Adding the JSON data object scripts
As the projects are partially regenerated, and have a total different .NET baseline, I have not found a good way to share classes as binaries between full .NET code and Unity without getting in all kinds of trouble, so I choose the easy way out: I took
- TrackType.cs
- Coordinate.cs
- Flight.cs
from the FlightDataService\DataObjects, moved them the App/Scripts/DataObjects folder in the Unity project. Then of course the service does not compile anymore, but I added the moved file as link. Then at least we have once source of truth as far as these classes are concerned.

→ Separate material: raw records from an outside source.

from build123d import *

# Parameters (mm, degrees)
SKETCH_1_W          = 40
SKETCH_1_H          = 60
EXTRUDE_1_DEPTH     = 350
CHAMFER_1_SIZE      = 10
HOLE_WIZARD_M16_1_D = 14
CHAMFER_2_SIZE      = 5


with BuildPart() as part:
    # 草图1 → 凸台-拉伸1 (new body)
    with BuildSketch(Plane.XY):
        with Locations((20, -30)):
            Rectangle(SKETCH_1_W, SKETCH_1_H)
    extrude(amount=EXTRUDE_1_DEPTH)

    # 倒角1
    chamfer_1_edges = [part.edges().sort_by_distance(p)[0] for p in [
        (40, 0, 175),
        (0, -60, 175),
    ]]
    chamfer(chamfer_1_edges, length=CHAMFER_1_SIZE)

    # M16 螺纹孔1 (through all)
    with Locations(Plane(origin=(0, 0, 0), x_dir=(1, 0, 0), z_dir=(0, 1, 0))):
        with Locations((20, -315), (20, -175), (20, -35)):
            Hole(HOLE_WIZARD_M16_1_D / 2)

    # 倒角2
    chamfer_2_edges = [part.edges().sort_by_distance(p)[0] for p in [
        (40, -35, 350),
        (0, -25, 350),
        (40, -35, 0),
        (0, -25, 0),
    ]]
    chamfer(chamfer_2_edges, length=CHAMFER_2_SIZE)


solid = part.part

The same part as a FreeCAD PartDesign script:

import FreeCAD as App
import Part
import Sketcher


def edges_at(feature, points):
    """Names of the edges that pass closest to the given points."""
    edges = feature.Shape.Edges
    near = lambda p: min(range(len(edges)), key=lambda i: edges[i].distToShape(Part.Vertex(*p))[0])
    return sorted({f"Edge{near(p) + 1}" for p in points})


def add_polygon(sketch, points):
    """Adds a closed chain of lines whose ends are joined by coincident constraints."""
    first, n = sketch.GeometryCount, len(points)
    for a, b in zip(points, points[1:] + points[:1]):
        sketch.addGeometry(Part.LineSegment(App.Vector(*a, 0), App.Vector(*b, 0)), False)
    for i in range(n):
        sketch.addConstraint(Sketcher.Constraint("Coincident", first + i, 2, first + (i + 1) % n, 1))

doc = App.newDocument("Part")
params = doc.addObject("Spreadsheet::Sheet", "Params")
for row, (alias, value) in enumerate([
    ("sketch1_width", "40 mm"),
    ("sketch1_height", "60 mm"),
    ("pad1_length", "350 mm"),
    ("chamfer_size", "10 mm"),
    ("sketch2_diameter", "14 mm"),
    ("hole_diameter", "14 mm"),
    ("chamfer2_size", "5 mm"),
], start=1):
    params.set(f"A{row}", alias)
    params.set(f"B{row}", "=" + value)
    params.setAlias(f"B{row}", alias)

body = doc.addObject("PartDesign::Body", "Body")

# Sketch on XY plane
sketch1 = body.newObject("Sketcher::SketchObject", "Sketch")
sketch1.AttachmentSupport = (doc.getObject("XY_Plane"), [""])
sketch1.MapMode = "FlatFace"
add_polygon(sketch1, [(0, 0), (0, -60), (40, -60), (40, 0)])  # lines 0-3
sketch1.addConstraint([
    Sketcher.Constraint("Vertical", 0),
    Sketcher.Constraint("Horizontal", 1),
    Sketcher.Constraint("Vertical", 2),
    Sketcher.Constraint("Horizontal", 3),
    Sketcher.Constraint("Coincident", 3, 2, -1, 1),
    Sketcher.Constraint("DistanceX", 1, 1, 1, 2, 40.0),
    Sketcher.Constraint("DistanceY", 0, 2, 0, 1, 60.0),
])
sketch1.setExpression("Constraints[9]", "Params.sketch1_width")
sketch1.setExpression("Constraints[10]", "Params.sketch1_height")
pad1 = body.newObject("PartDesign::Pad", "Pad")
pad1.Profile = sketch1
pad1.setExpression("Length", "Params.pad1_length")
doc.recompute()

chamfer = body.newObject("PartDesign::Chamfer", "Chamfer")
chamfer.Base = (pad1, edges_at(pad1, [(40, 0, 175), (0, -60, 175)]))
chamfer.setExpression("Size", "Params.chamfer_size")

# Sketch on XZ plane
sketch2 = body.newObject("Sketcher::SketchObject", "Sketch001")
sketch2.AttachmentSupport = (doc.getObject("XZ_Plane"), [""])
sketch2.MapMode = "FlatFace"
sketch2.addGeometry([
    Part.Circle(App.Vector(20, 315, 0), App.Vector(0, 0, 1), 7),
    Part.Circle(App.Vector(20, 175, 0), App.Vector(0, 0, 1), 7),
    Part.Circle(App.Vector(20, 35, 0), App.Vector(0, 0, 1), 7),
], False)
sketch2.addConstraint([
    Sketcher.Constraint("Equal", 0, 1),
    Sketcher.Constraint("Equal", 1, 2),
    Sketcher.Constraint("Vertical", 0, 3, 1, 3),
    Sketcher.Constraint("Vertical", 1, 3, 2, 3),
    Sketcher.Constraint("Diameter", 0, 14.0),
    Sketcher.Constraint("DistanceX", -1, 1, 0, 3, 20.0),
    Sketcher.Constraint("DistanceY", -1, 1, 0, 3, 315.0),
    Sketcher.Constraint("DistanceY", -1, 1, 1, 3, 175.0),
    Sketcher.Constraint("DistanceY", -1, 1, 2, 3, 35.0),
])
sketch2.setExpression("Constraints[4]", "Params.sketch2_diameter")
doc.recompute()
hole = body.newObject("PartDesign::Hole", "Hole")
hole.Profile = sketch2
hole.ThreadType = "None"
hole.setExpression("Diameter", "Params.hole_diameter")
hole.DepthType = "ThroughAll"
hole.Reversed = True
doc.recompute()

chamfer2 = body.newObject("PartDesign::Chamfer", "Chamfer001")
chamfer2.Base = (hole, edges_at(hole, [
    (40, -35, 350),
    (0, -25, 350),
    (40, -35, 0),
    (0, -25, 0),
]))
chamfer2.setExpression("Size", "Params.chamfer2_size")

doc.recompute()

Then we need a simple class to hold a list of flights with a timestamp (add that to the DataObjects folder as well):
using System;
using System.Collections.Generic;
namespace FlightDataService.DataObjects
{
public class FlightSet
{
public FlightSet()
{
}
public FlightSet(List<Flight> flights)
{
Flights = flights;
TimeStamp = DateTimeOffset.Now;
}
public DateTimeOffset TimeStamp { get; set; }
public List<Flight> Flights { get; set; }
}
}
Adding a DataService to read data
I opted to add the DataService as a Singleton that can be accessed in the app. But we have a bit of an issue here - Unity runs on Mono, e.g. .NET 3.something, and does not have things like packages for reading App services, or support async and Tasks and stuff. But remember – a HoloLens app is a two stage rocket. Unity does not generate an app for the HoloLens, but an UWP project, and that UWP project can use all the goodness from all the latest stuff. Meet the simple way to close the gap - my new friend UNITY_UWP.
using System;
using System.Collections.Generic;
using FlightDataService.DataObjects;
using HoloToolkit.Unity;
#if UNITY_UWP
using Microsoft.WindowsAzure.MobileServices;
using System.Net.Http;
using System.Threading.Tasks;
#endif
public class DataService : Singleton<DataService>
{
public string DataUrl = "http://yourflightdataservice.azurewebsites.net/";
#if UNITY_UWP
private MobileServiceClient _client;
#endif
public DataService()
{
#if UNITY_UWP
_client = new MobileServiceClient(new Uri(DataUrl));
#endif
}
#if UNITY_UWP
public async Task<List<Flight>> GetFlights()
{
var result = await _client.InvokeApiAsync<List<Flight>>(
"FlightData", HttpMethod.Get, null);
return result;
}
#endif
}
Code between #if UNITY_UWP – #endif blocks is invisible to Unity – but will be accessible in the UWP HoloLens app that is generated by Unity. You will see Unity swallows it – no problems at all. There is only this tiny thing – you cannot add NuGet packages to Unity. So we have to do that in the UWP app, in Visual Studio. But… the UWP app is generated from Unity by File/Build and overwritten. The trick is to know not the whole app is overwritten, but only part of it. What I did was the following:
- Generate the app in a subfolder “App” of the Unity project. This should be <your_root>\HoloATC_Demo\AMS HoloATC Demo\App
- Open the solution in HoloATC_Demo\AMS HoloATC Demo\App (not the one in HoloATC_Demo\AMS HoloATC Demo)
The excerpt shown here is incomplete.